▶ REQUIREMENT:
Write out the lines from the top of the material through the line with "v -14.197 -41 16.168", exactly and with nothing added.

▶ SUPPLIED RECORDS:
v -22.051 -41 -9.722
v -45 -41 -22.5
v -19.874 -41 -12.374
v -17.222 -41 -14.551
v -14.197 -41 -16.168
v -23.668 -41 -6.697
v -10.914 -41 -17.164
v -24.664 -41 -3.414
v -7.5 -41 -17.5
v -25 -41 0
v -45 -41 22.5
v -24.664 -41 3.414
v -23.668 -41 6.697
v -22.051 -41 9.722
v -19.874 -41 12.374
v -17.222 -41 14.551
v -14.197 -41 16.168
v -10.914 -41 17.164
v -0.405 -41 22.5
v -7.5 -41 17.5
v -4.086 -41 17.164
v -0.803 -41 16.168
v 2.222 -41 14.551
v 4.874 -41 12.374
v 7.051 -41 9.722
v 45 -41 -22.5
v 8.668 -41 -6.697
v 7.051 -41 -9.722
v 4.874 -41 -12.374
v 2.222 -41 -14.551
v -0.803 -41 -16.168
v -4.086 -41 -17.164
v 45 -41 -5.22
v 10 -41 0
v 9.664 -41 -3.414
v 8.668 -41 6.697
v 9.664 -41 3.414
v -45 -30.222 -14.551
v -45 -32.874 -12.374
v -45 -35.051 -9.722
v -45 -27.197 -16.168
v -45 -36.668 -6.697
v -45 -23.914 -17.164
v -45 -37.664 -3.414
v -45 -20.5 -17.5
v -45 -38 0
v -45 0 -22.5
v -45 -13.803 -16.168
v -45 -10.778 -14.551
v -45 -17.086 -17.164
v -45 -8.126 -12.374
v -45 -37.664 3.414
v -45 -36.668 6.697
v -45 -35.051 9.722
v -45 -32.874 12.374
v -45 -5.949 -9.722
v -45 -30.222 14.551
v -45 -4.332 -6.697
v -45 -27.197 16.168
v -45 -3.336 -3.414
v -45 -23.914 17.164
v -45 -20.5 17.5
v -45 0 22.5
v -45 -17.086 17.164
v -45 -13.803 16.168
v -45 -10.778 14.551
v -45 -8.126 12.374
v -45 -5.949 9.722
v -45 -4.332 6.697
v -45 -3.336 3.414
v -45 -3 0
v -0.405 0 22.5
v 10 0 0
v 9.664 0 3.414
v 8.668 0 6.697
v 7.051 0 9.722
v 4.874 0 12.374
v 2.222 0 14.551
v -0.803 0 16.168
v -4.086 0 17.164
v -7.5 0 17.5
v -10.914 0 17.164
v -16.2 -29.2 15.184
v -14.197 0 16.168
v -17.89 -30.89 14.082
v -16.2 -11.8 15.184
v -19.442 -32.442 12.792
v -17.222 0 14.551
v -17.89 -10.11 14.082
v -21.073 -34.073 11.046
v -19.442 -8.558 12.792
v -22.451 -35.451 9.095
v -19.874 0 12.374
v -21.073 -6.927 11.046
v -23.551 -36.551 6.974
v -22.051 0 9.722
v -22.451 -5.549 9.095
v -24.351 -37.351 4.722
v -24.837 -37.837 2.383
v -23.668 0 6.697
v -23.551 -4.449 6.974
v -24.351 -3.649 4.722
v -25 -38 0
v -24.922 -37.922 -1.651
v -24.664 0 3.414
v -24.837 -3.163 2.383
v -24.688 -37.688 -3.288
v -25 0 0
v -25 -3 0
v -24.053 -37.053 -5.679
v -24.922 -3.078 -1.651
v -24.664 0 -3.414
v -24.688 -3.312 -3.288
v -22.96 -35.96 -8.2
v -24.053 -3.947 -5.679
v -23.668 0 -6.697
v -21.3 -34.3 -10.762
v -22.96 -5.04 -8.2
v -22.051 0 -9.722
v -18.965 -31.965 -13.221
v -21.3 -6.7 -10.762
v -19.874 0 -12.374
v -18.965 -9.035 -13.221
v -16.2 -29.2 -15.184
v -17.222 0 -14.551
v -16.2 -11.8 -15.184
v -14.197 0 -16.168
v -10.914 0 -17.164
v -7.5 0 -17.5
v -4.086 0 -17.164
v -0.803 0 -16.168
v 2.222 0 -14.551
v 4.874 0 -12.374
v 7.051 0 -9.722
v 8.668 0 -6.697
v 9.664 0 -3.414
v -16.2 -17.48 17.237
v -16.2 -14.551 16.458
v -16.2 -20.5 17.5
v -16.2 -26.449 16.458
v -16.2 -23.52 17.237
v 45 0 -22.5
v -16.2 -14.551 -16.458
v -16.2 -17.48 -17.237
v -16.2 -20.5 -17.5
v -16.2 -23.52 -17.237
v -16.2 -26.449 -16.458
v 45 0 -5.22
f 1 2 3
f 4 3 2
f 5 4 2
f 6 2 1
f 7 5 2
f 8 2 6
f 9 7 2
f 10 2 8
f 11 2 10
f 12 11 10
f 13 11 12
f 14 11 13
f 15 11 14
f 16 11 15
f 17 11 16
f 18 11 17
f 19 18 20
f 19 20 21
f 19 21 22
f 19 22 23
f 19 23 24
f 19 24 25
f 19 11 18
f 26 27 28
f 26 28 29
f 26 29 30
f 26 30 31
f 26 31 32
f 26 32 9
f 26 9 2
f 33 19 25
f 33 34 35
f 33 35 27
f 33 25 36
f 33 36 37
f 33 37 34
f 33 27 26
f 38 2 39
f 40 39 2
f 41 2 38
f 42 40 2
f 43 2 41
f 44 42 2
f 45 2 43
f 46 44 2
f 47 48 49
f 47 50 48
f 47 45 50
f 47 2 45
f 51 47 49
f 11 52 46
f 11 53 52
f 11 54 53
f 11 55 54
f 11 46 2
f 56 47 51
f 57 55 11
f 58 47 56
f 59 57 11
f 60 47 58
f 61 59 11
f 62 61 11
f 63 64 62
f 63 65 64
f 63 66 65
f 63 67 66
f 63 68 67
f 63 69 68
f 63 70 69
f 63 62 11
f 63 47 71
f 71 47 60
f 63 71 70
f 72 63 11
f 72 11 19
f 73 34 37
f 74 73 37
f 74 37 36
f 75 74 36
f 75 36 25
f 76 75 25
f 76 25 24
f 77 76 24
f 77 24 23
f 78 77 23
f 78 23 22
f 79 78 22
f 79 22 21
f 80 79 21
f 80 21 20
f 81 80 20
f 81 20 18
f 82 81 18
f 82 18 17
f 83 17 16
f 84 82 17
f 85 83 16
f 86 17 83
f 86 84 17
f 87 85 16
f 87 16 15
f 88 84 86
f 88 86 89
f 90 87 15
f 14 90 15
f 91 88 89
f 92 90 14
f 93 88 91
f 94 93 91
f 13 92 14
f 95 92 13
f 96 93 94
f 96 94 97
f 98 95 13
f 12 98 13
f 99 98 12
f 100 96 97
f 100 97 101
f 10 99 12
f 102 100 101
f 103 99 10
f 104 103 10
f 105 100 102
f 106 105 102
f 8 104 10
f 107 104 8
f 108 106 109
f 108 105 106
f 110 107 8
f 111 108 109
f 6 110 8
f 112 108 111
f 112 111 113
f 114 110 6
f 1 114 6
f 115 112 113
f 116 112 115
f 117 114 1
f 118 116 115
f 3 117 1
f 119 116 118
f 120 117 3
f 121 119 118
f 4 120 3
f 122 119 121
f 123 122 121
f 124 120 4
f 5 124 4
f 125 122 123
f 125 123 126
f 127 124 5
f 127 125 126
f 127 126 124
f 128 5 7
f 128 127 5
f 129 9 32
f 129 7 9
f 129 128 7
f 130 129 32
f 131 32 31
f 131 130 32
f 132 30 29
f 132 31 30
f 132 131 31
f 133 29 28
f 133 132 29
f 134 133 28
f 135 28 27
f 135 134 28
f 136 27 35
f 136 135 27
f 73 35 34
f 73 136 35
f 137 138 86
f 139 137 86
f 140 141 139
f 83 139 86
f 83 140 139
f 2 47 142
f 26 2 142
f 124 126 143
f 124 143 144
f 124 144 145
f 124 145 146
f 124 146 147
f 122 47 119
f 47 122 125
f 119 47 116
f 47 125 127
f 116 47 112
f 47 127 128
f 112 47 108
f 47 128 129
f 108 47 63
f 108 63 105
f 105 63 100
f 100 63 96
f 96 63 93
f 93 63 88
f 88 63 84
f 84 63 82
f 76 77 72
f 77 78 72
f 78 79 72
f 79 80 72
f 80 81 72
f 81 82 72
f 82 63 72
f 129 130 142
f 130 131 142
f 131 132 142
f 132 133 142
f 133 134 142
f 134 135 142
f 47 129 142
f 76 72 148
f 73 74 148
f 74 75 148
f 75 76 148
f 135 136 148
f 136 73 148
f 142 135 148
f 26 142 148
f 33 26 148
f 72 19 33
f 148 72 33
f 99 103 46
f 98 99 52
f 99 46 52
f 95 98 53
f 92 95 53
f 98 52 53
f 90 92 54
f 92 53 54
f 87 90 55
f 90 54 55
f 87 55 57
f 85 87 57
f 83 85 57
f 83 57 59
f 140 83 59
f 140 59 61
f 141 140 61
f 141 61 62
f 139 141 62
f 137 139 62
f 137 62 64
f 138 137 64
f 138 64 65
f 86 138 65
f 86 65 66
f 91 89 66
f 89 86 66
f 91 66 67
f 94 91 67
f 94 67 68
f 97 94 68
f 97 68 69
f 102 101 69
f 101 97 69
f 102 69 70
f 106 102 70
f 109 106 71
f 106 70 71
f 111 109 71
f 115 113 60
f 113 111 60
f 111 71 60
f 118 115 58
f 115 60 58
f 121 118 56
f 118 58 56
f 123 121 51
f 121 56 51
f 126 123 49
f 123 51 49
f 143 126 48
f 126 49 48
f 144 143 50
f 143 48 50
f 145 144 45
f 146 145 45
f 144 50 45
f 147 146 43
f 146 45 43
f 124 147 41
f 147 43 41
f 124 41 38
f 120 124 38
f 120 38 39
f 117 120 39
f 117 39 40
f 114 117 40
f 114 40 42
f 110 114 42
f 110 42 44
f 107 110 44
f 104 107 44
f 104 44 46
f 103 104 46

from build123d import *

# Parameters (mm, degrees)
F0_W     = 90
F0_H     = 45
F1_DEPTH = 41
F2_R     = 17.5
F3_DEPTH = 80.040589
F5_DEPTH = 60
F6_R     = 17.5
F7_DEPTH = 28.8


with BuildPart() as f1:
    # F0 (on Front) → F1 (new body)
    with BuildSketch(Plane.XZ):
        Rectangle(F0_W, F0_H)
    extrude(amount=F1_DEPTH)

    # F2 (on Front) → F3 (cut)
    with BuildSketch(Plane.XZ):
        with Locations((-7.5, 0)):
            Circle(F2_R)
    extrude(amount=F3_DEPTH, mode=Mode.SUBTRACT)

    # F4 (on face) → F5 (cut, symmetric)
    with BuildSketch(Plane.XZ):
        Polygon((-20.405538, 34.710526), (50.253086, -8.42718), (50.312012, 38.423195), align=None)
    extrude(amount=F5_DEPTH, both=True, mode=Mode.SUBTRACT)

    # F6 (on face) → F7 (cut)
    with BuildSketch(Plane(origin=(-45, 0, 0), x_dir=(0, -1, 0), z_dir=(-1, 0, 0))):
        with Locations((20.5, 0)):
            Circle(F6_R)
    extrude(amount=-F7_DEPTH, mode=Mode.SUBTRACT)


solid = f1.part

▶ REPLY TO THE EXERCISE:
v -22.051 -41 -9.722
v -45 -41 -22.5
v -19.874 -41 -12.374
v -17.222 -41 -14.551
v -14.197 -41 -16.168
v -23.668 -41 -6.697
v -10.914 -41 -17.164
v -24.664 -41 -3.414
v -7.5 -41 -17.5
v -25 -41 0
v -45 -41 22.5
v -24.664 -41 3.414
v -23.668 -41 6.697
v -22.051 -41 9.722
v -19.874 -41 12.374
v -17.222 -41 14.551
v -14.197 -41 16.168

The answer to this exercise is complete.